DESCRIPTION OF THE TASK: Print nothing but the lines below starting at the line that holds "#90=CARTESIAN_POINT('',(0.,5.,0.));" and ending at the line that holds "#112=AXIS2_PLACEMENT_3D('',#90,#17,#66);", including both, each exactly as written.

INPUT MATERIAL:
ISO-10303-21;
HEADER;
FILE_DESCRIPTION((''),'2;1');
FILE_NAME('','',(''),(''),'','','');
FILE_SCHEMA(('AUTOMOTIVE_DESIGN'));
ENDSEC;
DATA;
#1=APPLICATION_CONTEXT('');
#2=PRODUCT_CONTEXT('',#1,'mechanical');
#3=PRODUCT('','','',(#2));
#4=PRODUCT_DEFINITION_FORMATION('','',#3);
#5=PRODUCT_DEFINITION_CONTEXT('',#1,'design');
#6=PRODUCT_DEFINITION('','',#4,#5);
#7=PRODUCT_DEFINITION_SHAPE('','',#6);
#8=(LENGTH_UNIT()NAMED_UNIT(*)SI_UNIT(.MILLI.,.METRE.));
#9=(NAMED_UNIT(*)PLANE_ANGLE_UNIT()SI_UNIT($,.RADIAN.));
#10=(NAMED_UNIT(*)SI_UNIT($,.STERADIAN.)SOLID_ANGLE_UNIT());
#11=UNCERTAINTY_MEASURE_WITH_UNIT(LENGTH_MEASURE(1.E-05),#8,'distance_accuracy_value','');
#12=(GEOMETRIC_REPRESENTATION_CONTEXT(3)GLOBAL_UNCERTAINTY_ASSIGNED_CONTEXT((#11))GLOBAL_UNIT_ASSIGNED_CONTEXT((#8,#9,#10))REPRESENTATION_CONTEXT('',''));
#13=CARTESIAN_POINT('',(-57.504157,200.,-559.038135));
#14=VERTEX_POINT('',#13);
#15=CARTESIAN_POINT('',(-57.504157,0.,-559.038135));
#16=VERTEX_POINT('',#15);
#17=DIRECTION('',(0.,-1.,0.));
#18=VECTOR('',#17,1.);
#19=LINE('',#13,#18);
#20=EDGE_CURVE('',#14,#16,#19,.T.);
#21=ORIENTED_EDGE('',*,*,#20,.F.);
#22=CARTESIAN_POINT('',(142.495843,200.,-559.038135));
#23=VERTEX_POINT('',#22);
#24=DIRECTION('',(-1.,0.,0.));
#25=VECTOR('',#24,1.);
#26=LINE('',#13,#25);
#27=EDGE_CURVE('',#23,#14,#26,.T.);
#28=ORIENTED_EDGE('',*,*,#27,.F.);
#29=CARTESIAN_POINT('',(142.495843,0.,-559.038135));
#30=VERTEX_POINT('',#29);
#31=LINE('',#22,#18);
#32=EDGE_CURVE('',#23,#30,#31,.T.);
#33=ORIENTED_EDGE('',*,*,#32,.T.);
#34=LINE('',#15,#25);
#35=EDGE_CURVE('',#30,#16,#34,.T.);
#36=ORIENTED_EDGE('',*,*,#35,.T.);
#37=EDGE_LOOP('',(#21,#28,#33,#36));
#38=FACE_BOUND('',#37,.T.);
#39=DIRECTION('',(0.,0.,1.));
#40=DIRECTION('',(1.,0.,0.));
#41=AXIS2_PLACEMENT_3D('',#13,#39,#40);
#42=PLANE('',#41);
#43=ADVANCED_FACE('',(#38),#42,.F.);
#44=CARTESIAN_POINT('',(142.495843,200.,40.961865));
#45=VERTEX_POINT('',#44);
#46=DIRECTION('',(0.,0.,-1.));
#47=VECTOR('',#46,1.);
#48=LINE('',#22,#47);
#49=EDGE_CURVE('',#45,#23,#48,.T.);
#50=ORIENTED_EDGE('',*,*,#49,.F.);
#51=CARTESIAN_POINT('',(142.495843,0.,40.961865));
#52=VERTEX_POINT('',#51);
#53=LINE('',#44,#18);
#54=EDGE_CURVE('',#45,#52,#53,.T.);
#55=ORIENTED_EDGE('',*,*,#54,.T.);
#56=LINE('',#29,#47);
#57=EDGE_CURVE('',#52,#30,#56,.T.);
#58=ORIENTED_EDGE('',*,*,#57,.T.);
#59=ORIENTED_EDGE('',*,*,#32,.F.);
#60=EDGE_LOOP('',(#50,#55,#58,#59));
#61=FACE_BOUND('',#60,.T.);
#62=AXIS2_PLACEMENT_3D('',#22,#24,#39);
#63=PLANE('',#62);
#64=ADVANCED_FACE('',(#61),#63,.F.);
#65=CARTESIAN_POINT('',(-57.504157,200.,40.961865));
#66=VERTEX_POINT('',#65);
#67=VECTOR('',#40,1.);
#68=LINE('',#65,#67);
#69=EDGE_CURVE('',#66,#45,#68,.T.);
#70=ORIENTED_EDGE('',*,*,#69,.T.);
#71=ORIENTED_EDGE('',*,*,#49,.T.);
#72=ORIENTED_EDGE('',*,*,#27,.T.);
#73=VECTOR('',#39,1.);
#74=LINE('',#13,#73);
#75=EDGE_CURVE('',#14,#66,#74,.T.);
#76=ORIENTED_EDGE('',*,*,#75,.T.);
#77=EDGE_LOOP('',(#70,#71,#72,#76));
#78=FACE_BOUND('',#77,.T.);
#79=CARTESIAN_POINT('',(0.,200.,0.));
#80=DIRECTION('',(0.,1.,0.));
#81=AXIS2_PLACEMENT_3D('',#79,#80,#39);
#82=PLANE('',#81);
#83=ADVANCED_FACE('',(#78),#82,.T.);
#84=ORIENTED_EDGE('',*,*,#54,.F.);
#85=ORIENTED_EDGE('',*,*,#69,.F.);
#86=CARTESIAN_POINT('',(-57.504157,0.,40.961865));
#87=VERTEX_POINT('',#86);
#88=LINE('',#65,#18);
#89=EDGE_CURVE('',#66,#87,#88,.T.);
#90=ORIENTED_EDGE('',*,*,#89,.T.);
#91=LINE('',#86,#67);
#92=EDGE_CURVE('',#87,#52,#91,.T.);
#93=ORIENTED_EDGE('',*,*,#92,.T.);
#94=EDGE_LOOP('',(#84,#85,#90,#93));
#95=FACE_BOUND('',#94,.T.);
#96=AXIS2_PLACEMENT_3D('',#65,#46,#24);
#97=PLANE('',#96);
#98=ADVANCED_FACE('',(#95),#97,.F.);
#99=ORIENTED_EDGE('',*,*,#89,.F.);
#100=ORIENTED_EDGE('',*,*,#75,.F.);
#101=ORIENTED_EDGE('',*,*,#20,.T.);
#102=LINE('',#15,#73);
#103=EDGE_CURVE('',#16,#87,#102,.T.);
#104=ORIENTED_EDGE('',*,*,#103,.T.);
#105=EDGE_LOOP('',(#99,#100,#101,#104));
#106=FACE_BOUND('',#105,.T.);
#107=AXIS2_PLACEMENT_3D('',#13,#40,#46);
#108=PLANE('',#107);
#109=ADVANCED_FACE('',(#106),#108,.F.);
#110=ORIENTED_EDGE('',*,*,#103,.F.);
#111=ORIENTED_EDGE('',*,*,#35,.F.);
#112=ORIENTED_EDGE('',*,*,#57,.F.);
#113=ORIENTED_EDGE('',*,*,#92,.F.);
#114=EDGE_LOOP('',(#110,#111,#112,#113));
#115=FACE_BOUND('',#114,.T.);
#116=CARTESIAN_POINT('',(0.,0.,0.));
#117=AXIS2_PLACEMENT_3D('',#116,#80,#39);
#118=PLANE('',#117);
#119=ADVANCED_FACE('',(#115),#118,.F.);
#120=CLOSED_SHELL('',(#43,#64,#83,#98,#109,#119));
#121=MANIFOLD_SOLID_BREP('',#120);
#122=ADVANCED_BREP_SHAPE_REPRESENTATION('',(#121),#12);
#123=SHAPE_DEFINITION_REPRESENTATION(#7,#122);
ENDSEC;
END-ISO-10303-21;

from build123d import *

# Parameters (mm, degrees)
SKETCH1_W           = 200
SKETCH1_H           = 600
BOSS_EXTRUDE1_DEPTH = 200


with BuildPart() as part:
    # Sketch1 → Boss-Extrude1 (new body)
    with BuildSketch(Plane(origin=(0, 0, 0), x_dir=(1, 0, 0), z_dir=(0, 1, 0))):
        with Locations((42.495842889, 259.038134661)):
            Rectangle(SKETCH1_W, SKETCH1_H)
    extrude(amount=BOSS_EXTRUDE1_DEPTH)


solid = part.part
* * *
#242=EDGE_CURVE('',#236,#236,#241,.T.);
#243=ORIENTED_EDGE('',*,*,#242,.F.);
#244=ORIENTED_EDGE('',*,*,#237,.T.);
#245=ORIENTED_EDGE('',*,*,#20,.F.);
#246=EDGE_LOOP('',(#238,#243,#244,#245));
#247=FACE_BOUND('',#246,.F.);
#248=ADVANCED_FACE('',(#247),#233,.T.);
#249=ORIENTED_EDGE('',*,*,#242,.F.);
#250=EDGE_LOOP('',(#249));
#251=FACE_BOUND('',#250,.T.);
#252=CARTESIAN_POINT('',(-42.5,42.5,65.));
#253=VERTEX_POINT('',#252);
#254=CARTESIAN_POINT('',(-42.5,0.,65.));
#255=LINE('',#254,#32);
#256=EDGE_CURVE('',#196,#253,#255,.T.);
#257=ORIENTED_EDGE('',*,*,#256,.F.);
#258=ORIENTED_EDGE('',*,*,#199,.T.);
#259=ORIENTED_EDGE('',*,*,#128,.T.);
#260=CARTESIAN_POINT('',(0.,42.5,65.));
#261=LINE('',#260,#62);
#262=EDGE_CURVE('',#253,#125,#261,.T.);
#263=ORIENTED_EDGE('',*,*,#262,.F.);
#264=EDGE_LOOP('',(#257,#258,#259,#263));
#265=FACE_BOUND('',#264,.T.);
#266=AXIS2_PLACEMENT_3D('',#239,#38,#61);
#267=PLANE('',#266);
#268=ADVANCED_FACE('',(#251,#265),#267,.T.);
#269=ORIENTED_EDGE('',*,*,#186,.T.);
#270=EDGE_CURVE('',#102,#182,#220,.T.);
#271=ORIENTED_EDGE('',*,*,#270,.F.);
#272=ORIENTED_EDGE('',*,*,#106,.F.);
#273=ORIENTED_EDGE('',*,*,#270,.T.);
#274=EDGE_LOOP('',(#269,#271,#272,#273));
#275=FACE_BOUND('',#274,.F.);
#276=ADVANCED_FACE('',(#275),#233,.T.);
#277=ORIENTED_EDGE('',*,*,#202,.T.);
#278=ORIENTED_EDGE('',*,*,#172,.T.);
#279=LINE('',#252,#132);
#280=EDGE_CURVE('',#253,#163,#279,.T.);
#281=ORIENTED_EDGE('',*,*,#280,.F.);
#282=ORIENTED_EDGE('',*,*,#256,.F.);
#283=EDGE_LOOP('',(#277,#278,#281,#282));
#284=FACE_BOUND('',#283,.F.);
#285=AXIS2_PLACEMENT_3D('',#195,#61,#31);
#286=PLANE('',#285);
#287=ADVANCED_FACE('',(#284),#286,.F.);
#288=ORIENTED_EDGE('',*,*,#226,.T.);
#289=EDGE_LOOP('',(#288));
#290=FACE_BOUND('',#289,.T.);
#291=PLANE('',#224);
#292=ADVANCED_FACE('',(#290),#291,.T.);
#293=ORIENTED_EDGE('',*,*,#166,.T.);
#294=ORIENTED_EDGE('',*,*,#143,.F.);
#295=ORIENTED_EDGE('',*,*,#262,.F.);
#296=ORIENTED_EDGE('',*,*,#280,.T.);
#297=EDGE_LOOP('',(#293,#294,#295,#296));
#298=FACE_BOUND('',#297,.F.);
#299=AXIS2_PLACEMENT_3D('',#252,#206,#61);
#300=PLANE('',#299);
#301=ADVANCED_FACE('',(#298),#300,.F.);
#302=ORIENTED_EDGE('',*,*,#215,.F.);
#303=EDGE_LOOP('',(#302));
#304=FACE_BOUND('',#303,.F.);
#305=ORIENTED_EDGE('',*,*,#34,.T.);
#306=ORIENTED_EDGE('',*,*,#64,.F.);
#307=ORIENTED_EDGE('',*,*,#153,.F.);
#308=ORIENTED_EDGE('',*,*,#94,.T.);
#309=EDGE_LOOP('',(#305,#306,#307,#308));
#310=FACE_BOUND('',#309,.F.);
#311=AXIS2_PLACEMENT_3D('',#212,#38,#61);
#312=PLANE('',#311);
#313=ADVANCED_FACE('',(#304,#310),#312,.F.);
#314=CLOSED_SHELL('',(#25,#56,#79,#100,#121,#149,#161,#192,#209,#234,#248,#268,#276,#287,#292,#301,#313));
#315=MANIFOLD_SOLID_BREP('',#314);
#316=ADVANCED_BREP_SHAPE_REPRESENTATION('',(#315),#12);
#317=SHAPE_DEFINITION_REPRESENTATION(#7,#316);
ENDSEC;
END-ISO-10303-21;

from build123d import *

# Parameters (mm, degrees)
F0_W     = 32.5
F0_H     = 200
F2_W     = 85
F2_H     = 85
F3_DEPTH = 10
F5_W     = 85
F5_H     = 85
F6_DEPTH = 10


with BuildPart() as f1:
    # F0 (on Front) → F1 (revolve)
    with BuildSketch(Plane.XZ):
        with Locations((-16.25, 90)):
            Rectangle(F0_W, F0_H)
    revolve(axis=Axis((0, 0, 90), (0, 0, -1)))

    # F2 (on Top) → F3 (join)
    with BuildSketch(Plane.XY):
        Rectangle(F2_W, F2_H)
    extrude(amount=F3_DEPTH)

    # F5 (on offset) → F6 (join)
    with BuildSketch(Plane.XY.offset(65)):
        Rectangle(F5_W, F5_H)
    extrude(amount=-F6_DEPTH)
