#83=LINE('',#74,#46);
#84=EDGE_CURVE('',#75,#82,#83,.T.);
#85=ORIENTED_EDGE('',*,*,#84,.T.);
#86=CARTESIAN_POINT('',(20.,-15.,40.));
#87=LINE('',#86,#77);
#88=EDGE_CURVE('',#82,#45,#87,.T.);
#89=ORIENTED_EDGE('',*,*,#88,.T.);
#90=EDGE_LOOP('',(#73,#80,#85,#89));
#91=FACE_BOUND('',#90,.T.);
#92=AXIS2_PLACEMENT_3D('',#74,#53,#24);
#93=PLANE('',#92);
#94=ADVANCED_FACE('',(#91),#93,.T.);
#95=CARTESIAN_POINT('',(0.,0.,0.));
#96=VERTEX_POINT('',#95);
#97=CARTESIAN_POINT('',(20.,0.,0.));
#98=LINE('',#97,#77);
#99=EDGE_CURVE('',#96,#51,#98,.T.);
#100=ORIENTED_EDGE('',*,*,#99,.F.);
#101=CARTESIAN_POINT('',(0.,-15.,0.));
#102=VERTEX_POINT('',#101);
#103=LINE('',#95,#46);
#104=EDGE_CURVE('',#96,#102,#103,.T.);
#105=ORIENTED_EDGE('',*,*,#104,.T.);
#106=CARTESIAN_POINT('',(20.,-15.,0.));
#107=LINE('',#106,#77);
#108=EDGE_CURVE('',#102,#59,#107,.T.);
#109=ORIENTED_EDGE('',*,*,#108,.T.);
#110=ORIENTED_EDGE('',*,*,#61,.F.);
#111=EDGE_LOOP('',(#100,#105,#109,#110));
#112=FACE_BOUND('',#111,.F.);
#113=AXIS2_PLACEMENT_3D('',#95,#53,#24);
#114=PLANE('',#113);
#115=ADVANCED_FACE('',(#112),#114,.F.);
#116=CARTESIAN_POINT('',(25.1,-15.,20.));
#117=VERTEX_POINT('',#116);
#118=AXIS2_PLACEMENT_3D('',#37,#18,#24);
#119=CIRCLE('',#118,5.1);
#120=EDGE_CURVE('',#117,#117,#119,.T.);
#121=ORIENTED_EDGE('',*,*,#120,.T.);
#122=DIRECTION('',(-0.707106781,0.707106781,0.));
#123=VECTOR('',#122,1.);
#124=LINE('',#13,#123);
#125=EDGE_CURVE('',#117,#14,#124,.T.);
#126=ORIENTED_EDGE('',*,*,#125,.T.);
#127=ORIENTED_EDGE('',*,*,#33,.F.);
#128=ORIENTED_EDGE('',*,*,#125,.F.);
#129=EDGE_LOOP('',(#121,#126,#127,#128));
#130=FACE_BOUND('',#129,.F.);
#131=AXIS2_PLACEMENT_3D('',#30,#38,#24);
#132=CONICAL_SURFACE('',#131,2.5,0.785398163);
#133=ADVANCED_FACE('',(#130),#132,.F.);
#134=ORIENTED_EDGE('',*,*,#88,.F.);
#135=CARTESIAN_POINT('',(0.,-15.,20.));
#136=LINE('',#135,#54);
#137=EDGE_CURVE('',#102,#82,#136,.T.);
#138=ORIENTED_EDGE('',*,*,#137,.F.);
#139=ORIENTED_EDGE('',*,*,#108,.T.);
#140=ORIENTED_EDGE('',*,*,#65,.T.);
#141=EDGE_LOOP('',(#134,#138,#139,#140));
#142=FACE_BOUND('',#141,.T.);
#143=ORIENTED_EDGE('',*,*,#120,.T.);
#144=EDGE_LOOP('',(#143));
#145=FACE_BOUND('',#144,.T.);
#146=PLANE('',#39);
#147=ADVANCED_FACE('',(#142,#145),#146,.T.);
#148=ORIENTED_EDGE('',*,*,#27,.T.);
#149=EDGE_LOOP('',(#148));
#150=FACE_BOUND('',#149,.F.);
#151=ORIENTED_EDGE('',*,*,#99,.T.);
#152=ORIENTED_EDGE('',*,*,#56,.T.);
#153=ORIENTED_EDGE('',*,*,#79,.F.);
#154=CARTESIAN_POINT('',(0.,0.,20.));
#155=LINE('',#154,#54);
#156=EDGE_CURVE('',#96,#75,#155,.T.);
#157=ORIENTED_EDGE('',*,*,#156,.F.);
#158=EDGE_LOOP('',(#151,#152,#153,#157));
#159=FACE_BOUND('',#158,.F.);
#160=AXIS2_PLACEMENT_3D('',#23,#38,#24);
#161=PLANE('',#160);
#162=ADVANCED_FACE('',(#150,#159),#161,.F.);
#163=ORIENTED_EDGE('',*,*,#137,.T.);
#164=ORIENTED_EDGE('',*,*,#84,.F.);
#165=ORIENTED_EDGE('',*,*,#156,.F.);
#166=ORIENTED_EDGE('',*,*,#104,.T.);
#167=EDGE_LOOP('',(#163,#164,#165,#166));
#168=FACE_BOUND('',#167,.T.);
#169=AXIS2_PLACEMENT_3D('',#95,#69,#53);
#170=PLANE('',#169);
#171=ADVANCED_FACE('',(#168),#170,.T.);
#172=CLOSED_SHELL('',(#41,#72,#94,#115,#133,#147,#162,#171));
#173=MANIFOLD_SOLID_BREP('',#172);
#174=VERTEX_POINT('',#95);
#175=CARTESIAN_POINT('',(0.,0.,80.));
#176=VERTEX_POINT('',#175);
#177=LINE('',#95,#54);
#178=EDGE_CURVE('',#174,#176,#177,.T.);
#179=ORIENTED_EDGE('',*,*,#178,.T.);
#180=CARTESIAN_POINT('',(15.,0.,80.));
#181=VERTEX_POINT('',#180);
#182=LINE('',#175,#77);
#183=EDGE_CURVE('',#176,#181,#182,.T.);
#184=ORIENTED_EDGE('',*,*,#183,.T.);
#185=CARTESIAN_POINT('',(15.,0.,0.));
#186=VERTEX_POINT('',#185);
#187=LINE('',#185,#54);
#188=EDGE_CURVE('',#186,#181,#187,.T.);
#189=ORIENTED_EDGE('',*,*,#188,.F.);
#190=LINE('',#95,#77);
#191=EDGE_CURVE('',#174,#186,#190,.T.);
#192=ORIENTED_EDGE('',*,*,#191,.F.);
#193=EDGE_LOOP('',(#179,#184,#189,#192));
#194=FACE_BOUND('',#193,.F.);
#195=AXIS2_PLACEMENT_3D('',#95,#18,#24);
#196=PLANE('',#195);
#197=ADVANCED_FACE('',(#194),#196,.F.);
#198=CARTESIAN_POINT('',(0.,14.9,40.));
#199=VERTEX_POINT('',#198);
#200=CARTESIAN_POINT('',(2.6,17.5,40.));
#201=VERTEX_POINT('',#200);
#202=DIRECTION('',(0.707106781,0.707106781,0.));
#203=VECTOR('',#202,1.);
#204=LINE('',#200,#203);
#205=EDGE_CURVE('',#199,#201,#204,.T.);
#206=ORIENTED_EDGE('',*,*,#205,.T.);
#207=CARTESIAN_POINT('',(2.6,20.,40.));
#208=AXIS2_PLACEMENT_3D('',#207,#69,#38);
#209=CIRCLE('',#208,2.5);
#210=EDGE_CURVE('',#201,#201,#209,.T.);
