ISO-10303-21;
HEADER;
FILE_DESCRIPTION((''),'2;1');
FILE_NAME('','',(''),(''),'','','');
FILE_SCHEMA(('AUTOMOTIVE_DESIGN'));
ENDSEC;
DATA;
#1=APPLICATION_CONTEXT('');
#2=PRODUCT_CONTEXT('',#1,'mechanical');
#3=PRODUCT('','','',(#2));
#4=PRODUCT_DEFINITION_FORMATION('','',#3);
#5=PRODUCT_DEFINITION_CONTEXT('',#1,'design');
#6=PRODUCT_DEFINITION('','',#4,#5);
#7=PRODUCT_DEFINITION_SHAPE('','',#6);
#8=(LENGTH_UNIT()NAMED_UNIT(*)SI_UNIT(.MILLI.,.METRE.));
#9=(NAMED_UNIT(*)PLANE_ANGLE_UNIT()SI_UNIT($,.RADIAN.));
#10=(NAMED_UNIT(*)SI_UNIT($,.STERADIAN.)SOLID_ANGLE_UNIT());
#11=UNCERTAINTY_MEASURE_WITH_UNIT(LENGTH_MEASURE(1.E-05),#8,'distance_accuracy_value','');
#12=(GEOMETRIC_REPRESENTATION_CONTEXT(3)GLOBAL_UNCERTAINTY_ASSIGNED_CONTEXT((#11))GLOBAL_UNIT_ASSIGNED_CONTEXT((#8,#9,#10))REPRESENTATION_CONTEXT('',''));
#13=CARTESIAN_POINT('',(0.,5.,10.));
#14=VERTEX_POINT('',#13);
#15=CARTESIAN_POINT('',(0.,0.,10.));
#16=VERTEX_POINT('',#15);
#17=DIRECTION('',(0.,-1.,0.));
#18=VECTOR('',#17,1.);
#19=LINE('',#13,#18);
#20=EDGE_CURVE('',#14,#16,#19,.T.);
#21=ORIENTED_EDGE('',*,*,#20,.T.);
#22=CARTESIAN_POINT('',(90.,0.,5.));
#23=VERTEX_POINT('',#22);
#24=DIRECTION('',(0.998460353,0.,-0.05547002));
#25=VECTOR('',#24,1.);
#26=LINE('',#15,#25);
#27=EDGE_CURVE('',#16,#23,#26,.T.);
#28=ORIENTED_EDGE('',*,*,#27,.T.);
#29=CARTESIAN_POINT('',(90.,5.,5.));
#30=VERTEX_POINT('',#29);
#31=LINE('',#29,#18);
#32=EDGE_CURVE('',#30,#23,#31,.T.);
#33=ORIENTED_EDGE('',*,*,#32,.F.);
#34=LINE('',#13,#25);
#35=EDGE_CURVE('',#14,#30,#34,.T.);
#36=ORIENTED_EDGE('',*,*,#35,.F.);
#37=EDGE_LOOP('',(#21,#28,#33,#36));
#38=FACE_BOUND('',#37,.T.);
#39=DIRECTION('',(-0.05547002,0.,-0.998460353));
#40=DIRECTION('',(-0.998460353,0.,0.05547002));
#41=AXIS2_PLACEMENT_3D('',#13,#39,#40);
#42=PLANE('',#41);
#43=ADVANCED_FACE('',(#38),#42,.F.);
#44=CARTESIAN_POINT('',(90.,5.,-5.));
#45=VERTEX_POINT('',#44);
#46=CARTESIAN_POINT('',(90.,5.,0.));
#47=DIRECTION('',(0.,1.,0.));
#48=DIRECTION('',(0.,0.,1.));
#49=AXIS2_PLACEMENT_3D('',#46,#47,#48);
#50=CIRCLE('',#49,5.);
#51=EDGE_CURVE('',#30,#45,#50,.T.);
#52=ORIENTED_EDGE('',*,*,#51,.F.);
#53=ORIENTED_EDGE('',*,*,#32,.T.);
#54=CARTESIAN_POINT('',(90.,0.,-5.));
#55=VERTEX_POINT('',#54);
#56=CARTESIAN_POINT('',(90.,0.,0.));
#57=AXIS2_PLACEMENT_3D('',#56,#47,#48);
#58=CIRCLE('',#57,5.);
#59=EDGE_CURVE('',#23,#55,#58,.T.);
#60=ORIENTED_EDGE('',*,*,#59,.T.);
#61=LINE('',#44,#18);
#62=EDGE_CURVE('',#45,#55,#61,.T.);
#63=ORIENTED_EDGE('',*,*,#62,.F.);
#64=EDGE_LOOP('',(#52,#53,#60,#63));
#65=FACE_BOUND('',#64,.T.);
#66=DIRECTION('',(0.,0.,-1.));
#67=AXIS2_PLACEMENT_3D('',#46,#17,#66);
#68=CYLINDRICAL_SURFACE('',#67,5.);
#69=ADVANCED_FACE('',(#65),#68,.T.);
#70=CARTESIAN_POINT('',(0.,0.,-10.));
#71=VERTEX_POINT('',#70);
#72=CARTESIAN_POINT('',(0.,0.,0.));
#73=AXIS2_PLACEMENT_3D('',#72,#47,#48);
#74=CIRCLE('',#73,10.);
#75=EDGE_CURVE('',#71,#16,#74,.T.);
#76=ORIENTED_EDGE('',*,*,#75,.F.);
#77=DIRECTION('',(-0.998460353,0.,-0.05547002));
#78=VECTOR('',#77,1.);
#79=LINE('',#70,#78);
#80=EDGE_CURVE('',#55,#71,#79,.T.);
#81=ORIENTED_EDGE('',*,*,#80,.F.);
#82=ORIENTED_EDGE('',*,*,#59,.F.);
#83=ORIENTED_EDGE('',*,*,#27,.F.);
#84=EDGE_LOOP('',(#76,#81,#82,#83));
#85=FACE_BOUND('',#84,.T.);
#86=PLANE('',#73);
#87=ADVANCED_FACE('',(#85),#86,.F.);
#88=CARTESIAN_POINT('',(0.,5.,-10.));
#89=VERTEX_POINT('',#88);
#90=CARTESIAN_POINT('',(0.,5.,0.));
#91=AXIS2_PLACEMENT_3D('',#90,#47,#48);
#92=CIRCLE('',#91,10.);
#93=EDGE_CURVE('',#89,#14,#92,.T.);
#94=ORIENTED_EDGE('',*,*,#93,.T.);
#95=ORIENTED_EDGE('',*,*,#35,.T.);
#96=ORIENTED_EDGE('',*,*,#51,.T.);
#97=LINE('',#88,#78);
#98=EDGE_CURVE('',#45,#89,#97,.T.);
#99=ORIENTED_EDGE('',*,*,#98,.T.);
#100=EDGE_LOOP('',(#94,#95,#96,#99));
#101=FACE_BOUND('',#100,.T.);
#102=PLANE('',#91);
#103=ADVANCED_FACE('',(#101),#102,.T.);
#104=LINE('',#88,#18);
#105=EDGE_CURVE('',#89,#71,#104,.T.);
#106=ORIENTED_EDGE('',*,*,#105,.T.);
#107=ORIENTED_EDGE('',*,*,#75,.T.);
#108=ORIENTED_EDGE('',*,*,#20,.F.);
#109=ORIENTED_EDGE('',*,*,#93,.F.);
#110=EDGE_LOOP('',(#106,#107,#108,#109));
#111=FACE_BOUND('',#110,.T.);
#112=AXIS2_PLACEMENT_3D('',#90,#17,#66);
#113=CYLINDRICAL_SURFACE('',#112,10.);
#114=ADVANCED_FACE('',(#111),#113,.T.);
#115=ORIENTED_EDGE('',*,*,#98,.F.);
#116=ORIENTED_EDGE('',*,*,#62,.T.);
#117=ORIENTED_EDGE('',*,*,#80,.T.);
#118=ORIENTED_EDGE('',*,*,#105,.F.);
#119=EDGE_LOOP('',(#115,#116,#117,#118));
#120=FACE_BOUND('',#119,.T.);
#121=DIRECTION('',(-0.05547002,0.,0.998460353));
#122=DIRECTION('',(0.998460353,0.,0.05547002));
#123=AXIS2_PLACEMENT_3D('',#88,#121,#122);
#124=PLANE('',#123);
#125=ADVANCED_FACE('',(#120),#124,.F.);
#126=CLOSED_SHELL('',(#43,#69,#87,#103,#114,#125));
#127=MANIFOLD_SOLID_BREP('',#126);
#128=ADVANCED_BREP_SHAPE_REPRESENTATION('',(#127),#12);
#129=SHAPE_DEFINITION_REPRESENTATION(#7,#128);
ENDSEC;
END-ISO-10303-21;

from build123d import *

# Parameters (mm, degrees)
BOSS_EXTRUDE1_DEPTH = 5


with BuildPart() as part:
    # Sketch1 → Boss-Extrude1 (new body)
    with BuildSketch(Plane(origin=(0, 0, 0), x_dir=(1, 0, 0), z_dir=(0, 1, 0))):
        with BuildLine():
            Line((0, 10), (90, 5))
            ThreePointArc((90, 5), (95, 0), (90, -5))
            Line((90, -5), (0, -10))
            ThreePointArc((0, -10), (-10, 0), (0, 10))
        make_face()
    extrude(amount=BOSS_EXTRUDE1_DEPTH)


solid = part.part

COMPLETED TASK:
#90=CARTESIAN_POINT('',(0.,5.,0.));
#91=AXIS2_PLACEMENT_3D('',#90,#47,#48);
#92=CIRCLE('',#91,10.);
#93=EDGE_CURVE('',#89,#14,#92,.T.);
#94=ORIENTED_EDGE('',*,*,#93,.T.);
#95=ORIENTED_EDGE('',*,*,#35,.T.);
#96=ORIENTED_EDGE('',*,*,#51,.T.);
#97=LINE('',#88,#78);
#98=EDGE_CURVE('',#45,#89,#97,.T.);
#99=ORIENTED_EDGE('',*,*,#98,.T.);
#100=EDGE_LOOP('',(#94,#95,#96,#99));
#101=FACE_BOUND('',#100,.T.);
#102=PLANE('',#91);
#103=ADVANCED_FACE('',(#101),#102,.T.);
#104=LINE('',#88,#18);
#105=EDGE_CURVE('',#89,#71,#104,.T.);
#106=ORIENTED_EDGE('',*,*,#105,.T.);
#107=ORIENTED_EDGE('',*,*,#75,.T.);
#108=ORIENTED_EDGE('',*,*,#20,.F.);
#109=ORIENTED_EDGE('',*,*,#93,.F.);
#110=EDGE_LOOP('',(#106,#107,#108,#109));
#111=FACE_BOUND('',#110,.T.);
#112=AXIS2_PLACEMENT_3D('',#90,#17,#66);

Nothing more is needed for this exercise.